**WORK TO COMPLETE**
In the listing below, print exactly the lines between the line holding "# F2 (on face) → F3 (cut)" and the line holding "-0.75), (-17.7140498906, -2.5))", inclusive, and no more.

**MATERIAL PROVIDED**
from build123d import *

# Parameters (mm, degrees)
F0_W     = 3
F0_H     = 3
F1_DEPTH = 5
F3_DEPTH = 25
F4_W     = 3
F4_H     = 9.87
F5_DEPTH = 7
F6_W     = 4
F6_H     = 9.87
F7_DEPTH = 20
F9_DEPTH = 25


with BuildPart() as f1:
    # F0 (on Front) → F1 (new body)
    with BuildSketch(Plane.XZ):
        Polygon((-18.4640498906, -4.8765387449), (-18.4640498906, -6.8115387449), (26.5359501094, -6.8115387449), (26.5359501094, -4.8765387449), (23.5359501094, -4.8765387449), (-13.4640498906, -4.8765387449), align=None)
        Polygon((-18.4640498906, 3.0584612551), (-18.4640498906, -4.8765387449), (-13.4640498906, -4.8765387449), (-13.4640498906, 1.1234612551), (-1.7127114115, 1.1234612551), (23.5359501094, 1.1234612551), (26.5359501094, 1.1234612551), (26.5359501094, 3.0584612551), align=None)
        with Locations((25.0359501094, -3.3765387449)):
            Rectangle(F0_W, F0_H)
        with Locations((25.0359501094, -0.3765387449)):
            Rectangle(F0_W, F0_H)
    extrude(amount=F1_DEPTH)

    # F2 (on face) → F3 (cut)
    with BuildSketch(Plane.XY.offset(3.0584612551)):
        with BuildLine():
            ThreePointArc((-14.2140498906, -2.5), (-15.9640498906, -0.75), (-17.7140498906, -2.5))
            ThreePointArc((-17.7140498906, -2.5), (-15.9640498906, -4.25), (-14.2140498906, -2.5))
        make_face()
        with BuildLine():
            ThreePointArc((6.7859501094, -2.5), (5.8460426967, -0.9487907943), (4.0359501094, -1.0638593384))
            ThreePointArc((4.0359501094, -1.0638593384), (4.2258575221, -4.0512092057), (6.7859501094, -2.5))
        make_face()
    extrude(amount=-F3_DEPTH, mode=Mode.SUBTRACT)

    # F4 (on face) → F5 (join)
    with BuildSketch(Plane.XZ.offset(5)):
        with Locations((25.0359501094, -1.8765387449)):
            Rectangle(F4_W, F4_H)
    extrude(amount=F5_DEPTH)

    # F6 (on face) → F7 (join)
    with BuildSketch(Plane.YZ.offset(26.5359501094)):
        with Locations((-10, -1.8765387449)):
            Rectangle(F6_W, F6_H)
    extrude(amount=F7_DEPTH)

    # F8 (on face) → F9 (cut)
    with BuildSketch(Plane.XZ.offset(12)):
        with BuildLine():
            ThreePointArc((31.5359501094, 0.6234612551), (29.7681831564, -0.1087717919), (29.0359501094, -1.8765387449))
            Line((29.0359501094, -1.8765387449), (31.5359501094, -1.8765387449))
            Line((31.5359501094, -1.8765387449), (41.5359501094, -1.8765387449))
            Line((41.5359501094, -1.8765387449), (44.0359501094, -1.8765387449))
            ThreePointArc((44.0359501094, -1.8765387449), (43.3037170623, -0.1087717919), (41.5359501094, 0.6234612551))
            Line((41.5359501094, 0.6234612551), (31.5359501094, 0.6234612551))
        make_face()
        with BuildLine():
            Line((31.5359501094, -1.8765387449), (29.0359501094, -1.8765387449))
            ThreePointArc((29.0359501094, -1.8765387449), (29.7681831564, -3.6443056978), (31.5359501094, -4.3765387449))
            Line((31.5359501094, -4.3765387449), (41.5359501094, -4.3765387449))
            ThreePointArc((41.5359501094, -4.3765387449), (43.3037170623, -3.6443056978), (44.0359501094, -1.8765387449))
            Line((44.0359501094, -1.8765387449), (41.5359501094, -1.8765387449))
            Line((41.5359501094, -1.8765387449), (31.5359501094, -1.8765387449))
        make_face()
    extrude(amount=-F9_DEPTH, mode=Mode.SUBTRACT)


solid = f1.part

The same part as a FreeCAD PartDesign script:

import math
import FreeCAD as App
import Part
import Sketcher
from FreeCAD import Vector

doc = App.newDocument("Part")
body = doc.addObject("PartDesign::Body", "Body")

sketch1 = body.newObject("Sketcher::SketchObject", "Sketch")
sketch1.AttachmentSupport = (doc.getObject("XZ_Plane"), [""])
sketch1.MapMode = "FlatFace"
sketch1.addGeometry(Part.LineSegment(Vector(-18.46405, -6.811539, 0), Vector(26.53595, -6.811539, 0)), False)
sketch1.addGeometry(Part.LineSegment(Vector(26.53595, -6.811539, 0), Vector(26.53595, 3.058461, 0)), False)
sketch1.addGeometry(Part.LineSegment(Vector(26.53595, 3.058461, 0), Vector(-18.46405, 3.058461, 0)), False)
sketch1.addGeometry(Part.LineSegment(Vector(-18.46405, 3.058461, 0), Vector(-18.46405, -6.811539, 0)), False)
sketch1.addGeometry(Part.LineSegment(Vector(23.53595, -4.876539, 0), Vector(-13.46405, -4.876539, 0)), False)
sketch1.addGeometry(Part.LineSegment(Vector(-13.46405, -4.876539, 0), Vector(-13.46405, 1.123461, 0)), False)
sketch1.addGeometry(Part.LineSegment(Vector(-13.46405, 1.123461, 0), Vector(23.53595, 1.123461, 0)), False)
sketch1.addGeometry(Part.LineSegment(Vector(23.53595, 1.123461, 0), Vector(23.53595, -4.876539, 0)), False)
sketch1.addConstraint(Sketcher.Constraint("Coincident", 0, 2, 1, 1))
sketch1.addConstraint(Sketcher.Constraint("Coincident", 1, 2, 2, 1))
sketch1.addConstraint(Sketcher.Constraint("Coincident", 2, 2, 3, 1))
sketch1.addConstraint(Sketcher.Constraint("Coincident", 3, 2, 0, 1))
sketch1.addConstraint(Sketcher.Constraint("Coincident", 4, 2, 5, 1))
sketch1.addConstraint(Sketcher.Constraint("Coincident", 5, 2, 6, 1))
sketch1.addConstraint(Sketcher.Constraint("Coincident", 6, 2, 7, 1))
sketch1.addConstraint(Sketcher.Constraint("Coincident", 7, 2, 4, 1))
sketch1.addConstraint(Sketcher.Constraint("Horizontal", 0))
sketch1.addConstraint(Sketcher.Constraint("Vertical", 1))
sketch1.addConstraint(Sketcher.Constraint("Horizontal", 2))
sketch1.addConstraint(Sketcher.Constraint("Vertical", 3))
sketch1.addConstraint(Sketcher.Constraint("Horizontal", 4))
sketch1.addConstraint(Sketcher.Constraint("Vertical", 5))
sketch1.addConstraint(Sketcher.Constraint("Horizontal", 6))
sketch1.addConstraint(Sketcher.Constraint("Vertical", 7))
sketch1.addConstraint(Sketcher.Constraint("DistanceX", 0, 1, 0, 2, 45.0))
sketch1.addConstraint(Sketcher.Constraint("DistanceX", 4, 2, 4, 1, 37.0))
sketch1.addConstraint(Sketcher.Constraint("DistanceY", 5, 1, 5, 2, 6.0))
sketch1.addConstraint(Sketcher.Constraint("DistanceX", 3, 2, 4, 2, 5.0))
sketch1.addConstraint(Sketcher.Constraint("DistanceY", 1, 1, 1, 2, 9.87))
sketch1.addConstraint(Sketcher.Constraint("DistanceY", 3, 2, 4, 2, 1.935))
sketch1.addConstraint(Sketcher.Constraint("DistanceX", -1, 1, 0, 2, 26.53595))
sketch1.addConstraint(Sketcher.Constraint("DistanceY", 0, 2, -1, 1, 6.811539))
pad1 = body.newObject("PartDesign::Pad", "Pad")
pad1.Profile = sketch1
pad1.Length = 5

sketch2 = body.newObject("Sketcher::SketchObject", "Sketch001")
sketch2.AttachmentSupport = (doc.getObject("XY_Plane"), [""])
sketch2.MapMode = "FlatFace"
sketch2.AttachmentOffset = App.Placement(Vector(0, 0, 3.058461), App.Rotation())
sketch2.addGeometry(Part.Circle(Vector(-15.96405, -2.5, 0), Vector(0, 0, 1), 1.75), False)
sketch2.addGeometry(Part.ArcOfCircle(Part.Circle(Vector(5.03595, -2.5, 0), Vector(0, 0, 1), 1.75), math.radians(0), math.radians(124.849905)), False)
sketch2.addGeometry(Part.ArcOfCircle(Part.Circle(Vector(5.03595, -2.5, 0), Vector(0, 0, 1), 1.75), math.radians(124.849905), math.radians(360)), False)
sketch2.addConstraint(Sketcher.Constraint("Tangent", 1, 1, 2, 2))
sketch2.addConstraint(Sketcher.Constraint("Coincident", 2, 1, 1, 2))
sketch2.addConstraint(Sketcher.Constraint("Equal", 0, 1))
sketch2.addConstraint(Sketcher.Constraint("Horizontal", 0, 3, 1, 3))
sketch2.addConstraint(Sketcher.Constraint("Horizontal", 2, 3, 1, 1))
sketch2.addConstraint(Sketcher.Constraint("Diameter", 0, 3.5))
sketch2.addConstraint(Sketcher.Constraint("DistanceX", 0, 3, 1, 3, 21.0))
sketch2.addConstraint(Sketcher.Constraint("DistanceX", 2, 1, 1, 3, 1.0))
sketch2.addConstraint(Sketcher.Constraint("DistanceY", 0, 3, -1, 1, 2.5))
sketch2.addConstraint(Sketcher.Constraint("DistanceX", 0, 3, -1, 1, 15.96405))
pocket1 = body.newObject("PartDesign::Pocket", "Pocket")
pocket1.Profile = sketch2
pocket1.Length = 25

sketch3 = body.newObject("Sketcher::SketchObject", "Sketch002")
sketch3.AttachmentSupport = (doc.getObject("XZ_Plane"), [""])
sketch3.MapMode = "FlatFace"
sketch3.AttachmentOffset = App.Placement(Vector(0, 0, 5), App.Rotation())
sketch3.addGeometry(Part.LineSegment(Vector(23.53595, 3.058461, 0), Vector(23.53595, -6.811539, 0)), False)
sketch3.addGeometry(Part.LineSegment(Vector(23.53595, -6.811539, 0), Vector(26.53595, -6.811539, 0)), False)
sketch3.addGeometry(Part.LineSegment(Vector(26.53595, -6.811539, 0), Vector(26.53595, 3.058461, 0)), False)
sketch3.addGeometry(Part.LineSegment(Vector(26.53595, 3.058461, 0), Vector(23.53595, 3.058461, 0)), False)
sketch3.addConstraint(Sketcher.Constraint("Coincident", 0, 2, 1, 1))
sketch3.addConstraint(Sketcher.Constraint("Coincident", 1, 2, 2, 1))
sketch3.addConstraint(Sketcher.Constraint("Coincident", 2, 2, 3, 1))
sketch3.addConstraint(Sketcher.Constraint("Coincident", 3, 2, 0, 1))
sketch3.addConstraint(Sketcher.Constraint("Vertical", 0))
sketch3.addConstraint(Sketcher.Constraint("Horizontal", 1))
sketch3.addConstraint(Sketcher.Constraint("Vertical", 2))
sketch3.addConstraint(Sketcher.Constraint("Horizontal", 3))
sketch3.addConstraint(Sketcher.Constraint("DistanceX", 1, 1, 1, 2, 3.0))
sketch3.addConstraint(Sketcher.Constraint("DistanceY", 0, 2, 0, 1, 9.87))
sketch3.addConstraint(Sketcher.Constraint("DistanceX", -1, 1, 0, 2, 23.53595))
sketch3.addConstraint(Sketcher.Constraint("DistanceY", 0, 2, -1, 1, 6.811539))
pad2 = body.newObject("PartDesign::Pad", "Pad001")
pad2.Profile = sketch3
pad2.Length = 7

sketch4 = body.newObject("Sketcher::SketchObject", "Sketch003")
sketch4.AttachmentSupport = (doc.getObject("YZ_Plane"), [""])
sketch4.MapMode = "FlatFace"
sketch4.AttachmentOffset = App.Placement(Vector(0, 0, 26.53595), App.Rotation())
sketch4.addGeometry(Part.LineSegment(Vector(-12, 3.058461, 0), Vector(-12, -6.811539, 0)), False)
sketch4.addGeometry(Part.LineSegment(Vector(-12, -6.811539, 0), Vector(-8, -6.811539, 0)), False)
sketch4.addGeometry(Part.LineSegment(Vector(-8, -6.811539, 0), Vector(-8, 3.058461, 0)), False)
sketch4.addGeometry(Part.LineSegment(Vector(-8, 3.058461, 0), Vector(-12, 3.058461, 0)), False)
sketch4.addConstraint(Sketcher.Constraint("Coincident", 0, 2, 1, 1))
sketch4.addConstraint(Sketcher.Constraint("Coincident", 1, 2, 2, 1))
sketch4.addConstraint(Sketcher.Constraint("Coincident", 2, 2, 3, 1))
sketch4.addConstraint(Sketcher.Constraint("Coincident", 3, 2, 0, 1))
sketch4.addConstraint(Sketcher.Constraint("Vertical", 0))
sketch4.addConstraint(Sketcher.Constraint("Horizontal", 1))
sketch4.addConstraint(Sketcher.Constraint("Vertical", 2))
sketch4.addConstraint(Sketcher.Constraint("Horizontal", 3))
sketch4.addConstraint(Sketcher.Constraint("DistanceX", 1, 1, 1, 2, 4.0))
sketch4.addConstraint(Sketcher.Constraint("DistanceX", 0, 2, -1, 1, 12.0))
sketch4.addConstraint(Sketcher.Constraint("DistanceY", 0, 2, 0, 1, 9.87))
sketch4.addConstraint(Sketcher.Constraint("DistanceY", 0, 2, -1, 1, 6.811539))
pad3 = body.newObject("PartDesign::Pad", "Pad002")
pad3.Profile = sketch4
pad3.Length = 20

sketch5 = body.newObject("Sketcher::SketchObject", "Sketch004")
sketch5.AttachmentSupport = (doc.getObject("XZ_Plane"), [""])
sketch5.MapMode = "FlatFace"
sketch5.AttachmentOffset = App.Placement(Vector(0, 0, 12), App.Rotation())
sketch5.addGeometry(Part.ArcOfCircle(Part.Circle(Vector(31.53595, -1.876539, 0), Vector(0, 0, 1), 2.5), math.radians(90), math.radians(180)), False)
sketch5.addGeometry(Part.ArcOfCircle(Part.Circle(Vector(31.53595, -1.876539, 0), Vector(0, 0, 1), 2.5), math.radians(180), math.radians(270)), False)
sketch5.addGeometry(Part.LineSegment(Vector(31.53595, -4.376539, 0), Vector(41.53595, -4.376539, 0)), False)
sketch5.addGeometry(Part.ArcOfCircle(Part.Circle(Vector(41.53595, -1.876539, 0), Vector(0, 0, 1), 2.5), math.radians(-90), math.radians(0)), False)
sketch5.addGeometry(Part.ArcOfCircle(Part.Circle(Vector(41.53595, -1.876539, 0), Vector(0, 0, 1), 2.5), math.radians(0), math.radians(90)), False)
sketch5.addGeometry(Part.LineSegment(Vector(41.53595, 0.623461, 0), Vector(31.53595, 0.623461, 0)), False)
sketch5.addConstraint(Sketcher.Constraint("Tangent", 0, 2, 1, 1))
sketch5.addConstraint(Sketcher.Constraint("Tangent", 1, 2, 2, 1))
sketch5.addConstraint(Sketcher.Constraint("Tangent", 2, 2, 3, 1))
sketch5.addConstraint(Sketcher.Constraint("Tangent", 3, 2, 4, 1))
sketch5.addConstraint(Sketcher.Constraint("Tangent", 4, 2, 5, 1))
sketch5.addConstraint(Sketcher.Constraint("Tangent", 5, 2, 0, 1))
sketch5.addConstraint(Sketcher.Constraint("Horizontal", 2))
sketch5.addConstraint(Sketcher.Constraint("Horizontal", 5))
sketch5.addConstraint(Sketcher.Constraint("Equal", 0, 1))
sketch5.addConstraint(Sketcher.Constraint("Equal", 1, 3))
sketch5.addConstraint(Sketcher.Constraint("Horizontal", 4, 3, 0, 2))
sketch5.addConstraint(Sketcher.Constraint("Horizontal", 0, 2, 3, 2))
sketch5.addConstraint(Sketcher.Constraint("Radius", 0, 2.5))
sketch5.addConstraint(Sketcher.Constraint("DistanceX", 2, 1, 2, 2, 10.0))
sketch5.addConstraint(Sketcher.Constraint("DistanceX", -1, 1, 0, 3, 31.53595))
sketch5.addConstraint(Sketcher.Constraint("DistanceY", 0, 3, -1, 1, 1.876539))
pocket2 = body.newObject("PartDesign::Pocket", "Pocket001")
pocket2.Profile = sketch5
pocket2.Length = 25

doc.recompute()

**RESPONSE TO THIS EXERCISE**
    # F2 (on face) → F3 (cut)
    with BuildSketch(Plane.XY.offset(3.0584612551)):
        with BuildLine():
            ThreePointArc((-14.2140498906, -2.5), (-15.9640498906, -0.75), (-17.7140498906, -2.5))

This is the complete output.